Second, Washington should press to clarify the status of al-Qaeda operatives detained by Tehran, in exchange for ensuring that the Iraq-based Iranian rebel group, Mujahedin-e-Khalq, is disbanded and its leaders brought to justice for terrorist acts. Any security dialogue, however, must be conditioned on assurances that Tehran is not providing support to groups violently opposed to the governments of Iraq and Afghanistan.
Third, the United States should work closely with Europe and Russia to ensure Iran follows through on its commitment that it is not developing nuclear weapons by getting it to extend its freeze on all enrichment-related and reprocessing activities to a permanent ban and take other steps to guarantee compliance. In exchange, Washington should remove its objections to an Iranian civil nuclear program
Fourth, Washington should resume an active role in negotiating peace between Israel and the Palestinians, which the report says is ''central to eventually stemming the tide of extremism in the region''.
Finally, the administration should promote people-to-people and commercial exchanges between Iran and the wider world, including authorizing U.S. non-governmental organizations (NGOs) to operate in Iran, and agreeing to Iran's application to begin accession talks with the World Trade Organization (WTO).

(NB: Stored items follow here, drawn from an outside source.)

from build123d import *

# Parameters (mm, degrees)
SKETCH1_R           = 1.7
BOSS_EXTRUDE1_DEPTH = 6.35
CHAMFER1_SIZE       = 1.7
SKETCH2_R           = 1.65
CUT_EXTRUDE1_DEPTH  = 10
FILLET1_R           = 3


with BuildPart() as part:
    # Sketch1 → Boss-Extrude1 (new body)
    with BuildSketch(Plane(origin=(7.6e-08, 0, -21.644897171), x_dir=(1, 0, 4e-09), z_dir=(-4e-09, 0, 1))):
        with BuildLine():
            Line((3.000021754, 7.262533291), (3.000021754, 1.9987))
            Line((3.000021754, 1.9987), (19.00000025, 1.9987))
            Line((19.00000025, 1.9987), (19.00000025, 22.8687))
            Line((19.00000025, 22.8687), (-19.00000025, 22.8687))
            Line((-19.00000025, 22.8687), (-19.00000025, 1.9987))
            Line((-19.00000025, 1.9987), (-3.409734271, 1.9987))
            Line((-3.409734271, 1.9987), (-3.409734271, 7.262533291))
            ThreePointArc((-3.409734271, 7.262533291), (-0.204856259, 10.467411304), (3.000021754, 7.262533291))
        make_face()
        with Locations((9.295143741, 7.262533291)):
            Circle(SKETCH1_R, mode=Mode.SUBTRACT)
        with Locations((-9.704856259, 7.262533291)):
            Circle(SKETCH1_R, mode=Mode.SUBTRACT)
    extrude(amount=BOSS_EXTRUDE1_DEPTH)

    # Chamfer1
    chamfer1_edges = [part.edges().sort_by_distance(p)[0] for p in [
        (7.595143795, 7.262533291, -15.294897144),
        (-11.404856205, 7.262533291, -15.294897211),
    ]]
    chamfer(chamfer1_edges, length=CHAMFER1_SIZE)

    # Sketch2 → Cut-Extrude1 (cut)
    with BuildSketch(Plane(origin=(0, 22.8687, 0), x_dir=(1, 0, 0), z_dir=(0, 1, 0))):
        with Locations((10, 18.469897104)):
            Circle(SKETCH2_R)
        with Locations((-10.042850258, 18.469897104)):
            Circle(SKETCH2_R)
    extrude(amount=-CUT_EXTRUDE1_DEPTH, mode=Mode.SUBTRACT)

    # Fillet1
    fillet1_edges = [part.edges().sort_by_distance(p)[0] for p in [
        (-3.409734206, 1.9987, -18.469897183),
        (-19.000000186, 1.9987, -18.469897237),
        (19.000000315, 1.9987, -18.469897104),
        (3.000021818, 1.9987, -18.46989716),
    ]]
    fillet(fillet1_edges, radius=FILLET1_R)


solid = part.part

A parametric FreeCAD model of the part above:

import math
import FreeCAD as App
import Part
import Sketcher
from FreeCAD import Vector


def edges_at(feature, points):
    """Names of the edges that pass closest to the given points."""
    edges = feature.Shape.Edges
    near = lambda p: min(range(len(edges)), key=lambda i: edges[i].distToShape(Part.Vertex(*p))[0])
    return sorted({f"Edge{near(p) + 1}" for p in points})

doc = App.newDocument("Part")
body = doc.addObject("PartDesign::Body", "Body")

sketch1 = body.newObject("Sketcher::SketchObject", "Sketch")
sketch1.AttachmentSupport = (doc.getObject("XY_Plane"), [""])
sketch1.MapMode = "FlatFace"
sketch1.AttachmentOffset = App.Placement(Vector(0, 0, -21.644897), App.Rotation())
sketch1.addGeometry([
    Part.LineSegment(Vector(3.000022, 7.262533, 0), Vector(3.000022, 1.9987, 0)),
    Part.LineSegment(Vector(3.000022, 1.9987, 0), Vector(19, 1.9987, 0)),
    Part.LineSegment(Vector(19, 1.9987, 0), Vector(19, 22.8687, 0)),
    Part.LineSegment(Vector(19, 22.8687, 0), Vector(-19, 22.8687, 0)),
    Part.LineSegment(Vector(-19, 22.8687, 0), Vector(-19, 1.9987, 0)),
    Part.LineSegment(Vector(-19, 1.9987, 0), Vector(-3.409734, 1.9987, 0)),
    Part.LineSegment(Vector(-3.409734, 1.9987, 0), Vector(-3.409734, 7.262533, 0)),
    Part.ArcOfCircle(Part.Circle(Vector(-0.204856, 7.262533, 0), Vector(0, 0, 1), 3.204878), math.radians(0), math.radians(180)),
    Part.Circle(Vector(-9.704856, 7.262533, 0), Vector(0, 0, 1), 1.7),
    Part.Circle(Vector(9.295144, 7.262533, 0), Vector(0, 0, 1), 1.7),
], False)
sketch1.addConstraint([
    Sketcher.Constraint("Coincident", 0, 2, 1, 1),
    Sketcher.Constraint("Coincident", 1, 2, 2, 1),
    Sketcher.Constraint("Coincident", 2, 2, 3, 1),
    Sketcher.Constraint("Coincident", 3, 2, 4, 1),
    Sketcher.Constraint("Coincident", 4, 2, 5, 1),
    Sketcher.Constraint("Coincident", 5, 2, 6, 1),
    Sketcher.Constraint("Tangent", 6, 2, 7, 2),
    Sketcher.Constraint("Tangent", 7, 1, 0, 1),
    Sketcher.Constraint("Vertical", 0),
    Sketcher.Constraint("Horizontal", 1),
    Sketcher.Constraint("Vertical", 2),
    Sketcher.Constraint("Horizontal", 3),
    Sketcher.Constraint("Vertical", 4),
    Sketcher.Constraint("Horizontal", 5),
    Sketcher.Constraint("Vertical", 6),
    Sketcher.Constraint("Equal", 8, 9),
    Sketcher.Constraint("Symmetric", 1, 2, 4, 2, -2),
    Sketcher.Constraint("Horizontal", 7, 3, 8, 3),
    Sketcher.Constraint("Horizontal", 8, 3, 9, 3),
    Sketcher.Constraint("Diameter", 8, 3.4),
    Sketcher.Constraint("DistanceX", 3, 2, 3, 1, 38.0),
    Sketcher.Constraint("DistanceX", 8, 3, 9, 3, 19.0),
    Sketcher.Constraint("DistanceY", 2, 1, 2, 2, 20.87),
    Sketcher.Constraint("DistanceX", 8, 3, 7, 3, 9.5),
    Sketcher.Constraint("Radius", 7, 3.204878),
    Sketcher.Constraint("DistanceX", 1, 1, 1, 2, 15.999978),
    Sketcher.Constraint("DistanceY", -1, 1, 0, 2, 1.9987),
    Sketcher.Constraint("DistanceY", 0, 2, 0, 1, 5.263833),
])
pad1 = body.newObject("PartDesign::Pad", "Pad")
pad1.Profile = sketch1
pad1.Length = 6.35
doc.recompute()

chamfer = body.newObject("PartDesign::Chamfer", "Chamfer")
chamfer.Base = (pad1, edges_at(pad1, [(7.595, 7.263, -15.295), (-11.405, 7.263, -15.295)]))
chamfer.Size = 1.7

sketch2 = body.newObject("Sketcher::SketchObject", "Sketch001")
sketch2.AttachmentSupport = (doc.getObject("XZ_Plane"), [""])
sketch2.MapMode = "FlatFace"
sketch2.AttachmentOffset = App.Placement(Vector(0, 0, -22.8687), App.Rotation())
sketch2.addGeometry([
    Part.Circle(Vector(10, -18.469897, 0), Vector(0, 0, 1), 1.65),
    Part.Circle(Vector(-10.04285, -18.469897, 0), Vector(0, 0, 1), 1.65),
], False)
sketch2.addConstraint([
    Sketcher.Constraint("Equal", 0, 1),
    Sketcher.Constraint("Horizontal", 0, 3, 1, 3),
    Sketcher.Constraint("Diameter", 0, 3.3),
    Sketcher.Constraint("DistanceX", -1, 1, 0, 3, 10.0),
    Sketcher.Constraint("DistanceX", 1, 3, -1, 1, 10.04285),
    Sketcher.Constraint("DistanceY", 0, 3, -1, 1, 18.469897),
])
pocket1 = body.newObject("PartDesign::Pocket", "Pocket")
pocket1.Profile = sketch2
pocket1.Length = 10
pocket1.Reversed = True
doc.recompute()

fillet = body.newObject("PartDesign::Fillet", "Fillet")
fillet.Base = (pocket1, edges_at(pocket1, [
    (-3.41, 1.999, -18.47),
    (-19, 1.999, -18.47),
    (19, 1.999, -18.47),
    (3, 1.999, -18.47),
]))
fillet.Radius = 3

doc.recompute()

Both Gates and Brzezinski said the administration should also use its influence to prevent a possible Israeli military strike against Iran's nuclear facilities, which, according to Brzezinski, would have ''extremely adverse consequences'' both for proponents of change in Iran and for the U.S. position in Iraq and Afghanistan, where Tehran could be expected to retaliate.
It would be impossible for Israeli warplanes to reach their targets without flying in air space controlled by the U.S. military, pointed out Brzezinski.